I was talking to my mom’s close friend, Norma, last week and she asked if I had ever shared my mom’s buttermilk syrup recipe here on Make it Do. I did make Buttermilk Syrup for Tasty Kitchen several years ago, but I’ve never shared the recipe here.
This might sound a bit dramatic, but you haven’t lived until you’ve tried Buttermilk Syrup.
Buttermilk syrup is buttery and caramelly (though spell check tells me carmelly is NOT a word, it should be). It’s not overly sweet, and is absolutely one of my favorite things.
Best of all, it is so easy to make.
Here’s how:
My first tip: Use a fairly large sauce pan. I use my 4 quart saucepan with high sides and it is perfect. This is an important tip, as you will see later.
Add butter, sugar, buttermilk and corn syrup to your saucepan.
Bring to a boil over medium to medium high heat and boil for 2 to 3 minutes.
Add 1 teaspoon of baking soda and be ready for the fun…
It is going to boil up big time. And boil over if your pan is too small.
Remove from the heat and stir in the vanilla.
Then serve it up nice and warm. It’s just that easy. Now prepare yourself for syrup heaven.
Our family has a tradition of serving buttermilk syrup over hot buttered scones. This week we had it with apple cinnamon pancakes and it was so perfect there are no words. Try it with waffles, pancakes, french toast or scones (Utah style of course) and I know you’ll thank me.
Here is the recipe:
Buttermilk Syrup
- 1/2 cup butter (1 cube)
- 1 cup sugar
- 1/2 cup buttermilk
- 1 tablespoon corn syrup
- 1 teaspoon baking soda
- 1 teaspoon vanilla
In a large saucepan, combine butter, sugar, buttermilk, and corn syrup. Bring to a boil or medium to medium high heat. Boil for 2 to 3 minutes. Add baking soda and stir. Remove from heat and add vanilla. Serve warm.
I got this recipe off of Tasty Kitchen aka Ree’s Pioneer Woman and we eat it on waffles with fresh diced peaches. It is so delicious!! Mmmm Mmmmm.

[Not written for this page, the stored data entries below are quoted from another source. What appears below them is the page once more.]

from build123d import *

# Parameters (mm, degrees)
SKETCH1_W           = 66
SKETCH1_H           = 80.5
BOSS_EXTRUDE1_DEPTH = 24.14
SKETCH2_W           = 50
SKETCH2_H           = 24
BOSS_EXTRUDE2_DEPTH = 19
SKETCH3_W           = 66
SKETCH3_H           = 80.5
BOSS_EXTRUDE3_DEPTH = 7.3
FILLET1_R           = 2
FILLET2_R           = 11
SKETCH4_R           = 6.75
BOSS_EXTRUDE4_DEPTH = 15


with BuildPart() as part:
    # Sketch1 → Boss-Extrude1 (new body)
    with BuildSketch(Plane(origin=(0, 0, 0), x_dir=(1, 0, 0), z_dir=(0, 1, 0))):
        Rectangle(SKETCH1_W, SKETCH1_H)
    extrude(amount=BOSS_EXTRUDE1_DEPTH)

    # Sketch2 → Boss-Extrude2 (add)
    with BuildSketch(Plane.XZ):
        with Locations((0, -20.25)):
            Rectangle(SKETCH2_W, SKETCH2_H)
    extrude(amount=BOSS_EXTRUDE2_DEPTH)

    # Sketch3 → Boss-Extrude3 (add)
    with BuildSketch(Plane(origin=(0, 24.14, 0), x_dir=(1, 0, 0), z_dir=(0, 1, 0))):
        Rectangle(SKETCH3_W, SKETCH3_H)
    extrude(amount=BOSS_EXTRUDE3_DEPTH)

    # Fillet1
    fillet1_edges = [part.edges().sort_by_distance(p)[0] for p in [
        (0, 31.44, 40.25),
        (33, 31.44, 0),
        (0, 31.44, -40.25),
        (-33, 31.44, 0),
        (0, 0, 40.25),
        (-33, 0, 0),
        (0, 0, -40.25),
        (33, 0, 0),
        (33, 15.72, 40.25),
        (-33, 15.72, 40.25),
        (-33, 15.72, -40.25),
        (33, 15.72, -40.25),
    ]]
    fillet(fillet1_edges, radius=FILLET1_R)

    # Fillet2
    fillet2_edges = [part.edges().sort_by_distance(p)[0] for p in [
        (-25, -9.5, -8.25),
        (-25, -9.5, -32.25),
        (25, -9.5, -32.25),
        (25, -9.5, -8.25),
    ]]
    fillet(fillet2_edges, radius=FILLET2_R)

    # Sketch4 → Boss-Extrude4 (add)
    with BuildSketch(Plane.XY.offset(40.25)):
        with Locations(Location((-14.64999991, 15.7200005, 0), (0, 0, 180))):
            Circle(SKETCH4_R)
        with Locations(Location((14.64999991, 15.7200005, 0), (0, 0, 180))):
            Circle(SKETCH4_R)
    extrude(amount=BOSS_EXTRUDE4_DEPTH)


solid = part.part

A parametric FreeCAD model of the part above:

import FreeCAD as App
import Part
import Sketcher
from FreeCAD import Vector
Q = App.Units.Quantity


def edges_at(feature, points):
    """Names of the edges that pass closest to the given points."""
    edges = feature.Shape.Edges
    near = lambda p: min(range(len(edges)), key=lambda i: edges[i].distToShape(Part.Vertex(*p))[0])
    return sorted({f"Edge{near(p) + 1}" for p in points})


def add_polygon(sketch, points):
    """Adds a closed chain of lines whose ends are joined by coincident constraints."""
    first, n = sketch.GeometryCount, len(points)
    for a, b in zip(points, points[1:] + points[:1]):
        sketch.addGeometry(Part.LineSegment(App.Vector(*a, 0), App.Vector(*b, 0)), False)
    for i in range(n):
        sketch.addConstraint(Sketcher.Constraint("Coincident", first + i, 2, first + (i + 1) % n, 1))

doc = App.newDocument("Part")
body = doc.addObject("PartDesign::Body", "Body")

sketch1 = body.newObject("Sketcher::SketchObject", "Sketch")
sketch1.AttachmentSupport = (doc.getObject("XZ_Plane"), [""])
sketch1.MapMode = "FlatFace"
add_polygon(sketch1, [(-33, -40), (-33, 40), (33, 40), (33, -40)])
sketch1.addConstraint(Sketcher.Constraint("Vertical", 0))
sketch1.addConstraint(Sketcher.Constraint("Horizontal", 1))
sketch1.addConstraint(Sketcher.Constraint("Vertical", 2))
sketch1.addConstraint(Sketcher.Constraint("Horizontal", 3))
sketch1.addConstraint(Sketcher.Constraint("Symmetric", 0, 2, 2, 2, -1, 1))
sketch1.addConstraint(Sketcher.Constraint("DistanceX", 1, 1, 1, 2, Q("66 mm")))
sketch1.addConstraint(Sketcher.Constraint("DistanceY", 0, 1, 0, 2, Q("80.5 mm")))
pad1 = body.newObject("PartDesign::Pad", "Pad")
pad1.Profile = sketch1
pad1.Length = 24.14
pad1.Reversed = True

sketch2 = body.newObject("Sketcher::SketchObject", "Sketch001")
sketch2.AttachmentSupport = (doc.getObject("XZ_Plane"), [""])
sketch2.MapMode = "FlatFace"
add_polygon(sketch2, [(-25, -8), (-25, -32), (25, -32), (25, -8)])
sketch2.addConstraint(Sketcher.Constraint("Vertical", 0))
sketch2.addConstraint(Sketcher.Constraint("Horizontal", 1))
sketch2.addConstraint(Sketcher.Constraint("Vertical", 2))
sketch2.addConstraint(Sketcher.Constraint("Horizontal", 3))
sketch2.addConstraint(Sketcher.Constraint("DistanceX", 1, 1, 1, 2, Q("50 mm")))
sketch2.addConstraint(Sketcher.Constraint("DistanceY", 0, 2, 0, 1, Q("24 mm")))
sketch2.addConstraint(Sketcher.Constraint("DistanceX", 0, 2, -1, 1, Q("25 mm")))
sketch2.addConstraint(Sketcher.Constraint("DistanceY", 0, 2, -1, 1, Q("32.25 mm")))
pad2 = body.newObject("PartDesign::Pad", "Pad001")
pad2.Profile = sketch2
pad2.Length = 19

sketch3 = body.newObject("Sketcher::SketchObject", "Sketch002")
sketch3.AttachmentSupport = (doc.getObject("XZ_Plane"), [""])
sketch3.MapMode = "FlatFace"
sketch3.AttachmentOffset = App.Placement(Vector(0, 0, -24.14), App.Rotation())
add_polygon(sketch3, [(-33, -40), (-33, 40), (33, 40), (33, -40)])
sketch3.addConstraint(Sketcher.Constraint("Vertical", 0))
sketch3.addConstraint(Sketcher.Constraint("Horizontal", 1))
sketch3.addConstraint(Sketcher.Constraint("Vertical", 2))
sketch3.addConstraint(Sketcher.Constraint("Horizontal", 3))
sketch3.addConstraint(Sketcher.Constraint("Symmetric", 0, 2, 2, 2, -1, 1))
sketch3.addConstraint(Sketcher.Constraint("DistanceX", 1, 1, 1, 2, Q("66 mm")))
sketch3.addConstraint(Sketcher.Constraint("DistanceY", 0, 1, 0, 2, Q("80.5 mm")))
pad3 = body.newObject("PartDesign::Pad", "Pad002")
pad3.Profile = sketch3
pad3.Length = 7.3
pad3.Reversed = True
doc.recompute()

fillet = body.newObject("PartDesign::Fillet", "Fillet")
fillet.Base = (pad3, edges_at(pad3, [
    (0, 31.44, 40.25),
    (33, 31.44, 0),
    (0, 31.44, -40.25),
    (-33, 31.44, 0),
    (0, 0, 40.25),
    (-33, 0, 0),
    (0, 0, -40.25),
    (33, 0, 0),
    (33, 15.72, 40.25),
    (-33, 15.72, 40.25),
    (-33, 15.72, -40.25),
    (33, 15.72, -40.25),
]))
fillet.Radius = 2
doc.recompute()

fillet2 = body.newObject("PartDesign::Fillet", "Fillet001")
fillet2.Base = (fillet, edges_at(fillet, [
    (-25, -9.5, -8.25),
    (-25, -9.5, -32.25),
    (25, -9.5, -32.25),
    (25, -9.5, -8.25),
]))
fillet2.Radius = 11

sketch4 = body.newObject("Sketcher::SketchObject", "Sketch003")
sketch4.AttachmentSupport = (doc.getObject("XY_Plane"), [""])
sketch4.MapMode = "FlatFace"
sketch4.AttachmentOffset = App.Placement(Vector(0, 0, 40.25), App.Rotation())
sketch4.addGeometry(Part.Circle(Vector(-15, 16, 0), Vector(0, 0, 1), 7), False)
sketch4.addGeometry(Part.Circle(Vector(15, 16, 0), Vector(0, 0, 1), 7), False)
sketch4.addConstraint(Sketcher.Constraint("Equal", 0, 1))
sketch4.addConstraint(Sketcher.Constraint("Symmetric", 0, 3, 1, 3, -2))
sketch4.addConstraint(Sketcher.Constraint("Diameter", 0, Q("13.5 mm")))
sketch4.addConstraint(Sketcher.Constraint("DistanceX", 0, 3, 1, 3, Q("29.3 mm")))
sketch4.addConstraint(Sketcher.Constraint("DistanceY", -1, 1, 0, 3, Q("15.72 mm")))
pad4 = body.newObject("PartDesign::Pad", "Pad003")
pad4.Profile = sketch4
pad4.Length = 15

doc.recompute()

Thank you for the recipe! Do you know if it can be stored for a period of time and should it be refrigerated? My kids go through a ton of syrup and it would be nice to know how to make it from scratch and be able to store it for a week or two.
It can be stored in the refrigerator for a few weeks. Just be careful when heating it, to not overheat. Just like honey, it can get a little thick when overheated.
[…] yourself a favor and serve your Cinnamon Apple Pancakes with homemade Buttermilk Syrup. It’s a match made in heaven. My kids said it tasted like eating carmel apples – one […]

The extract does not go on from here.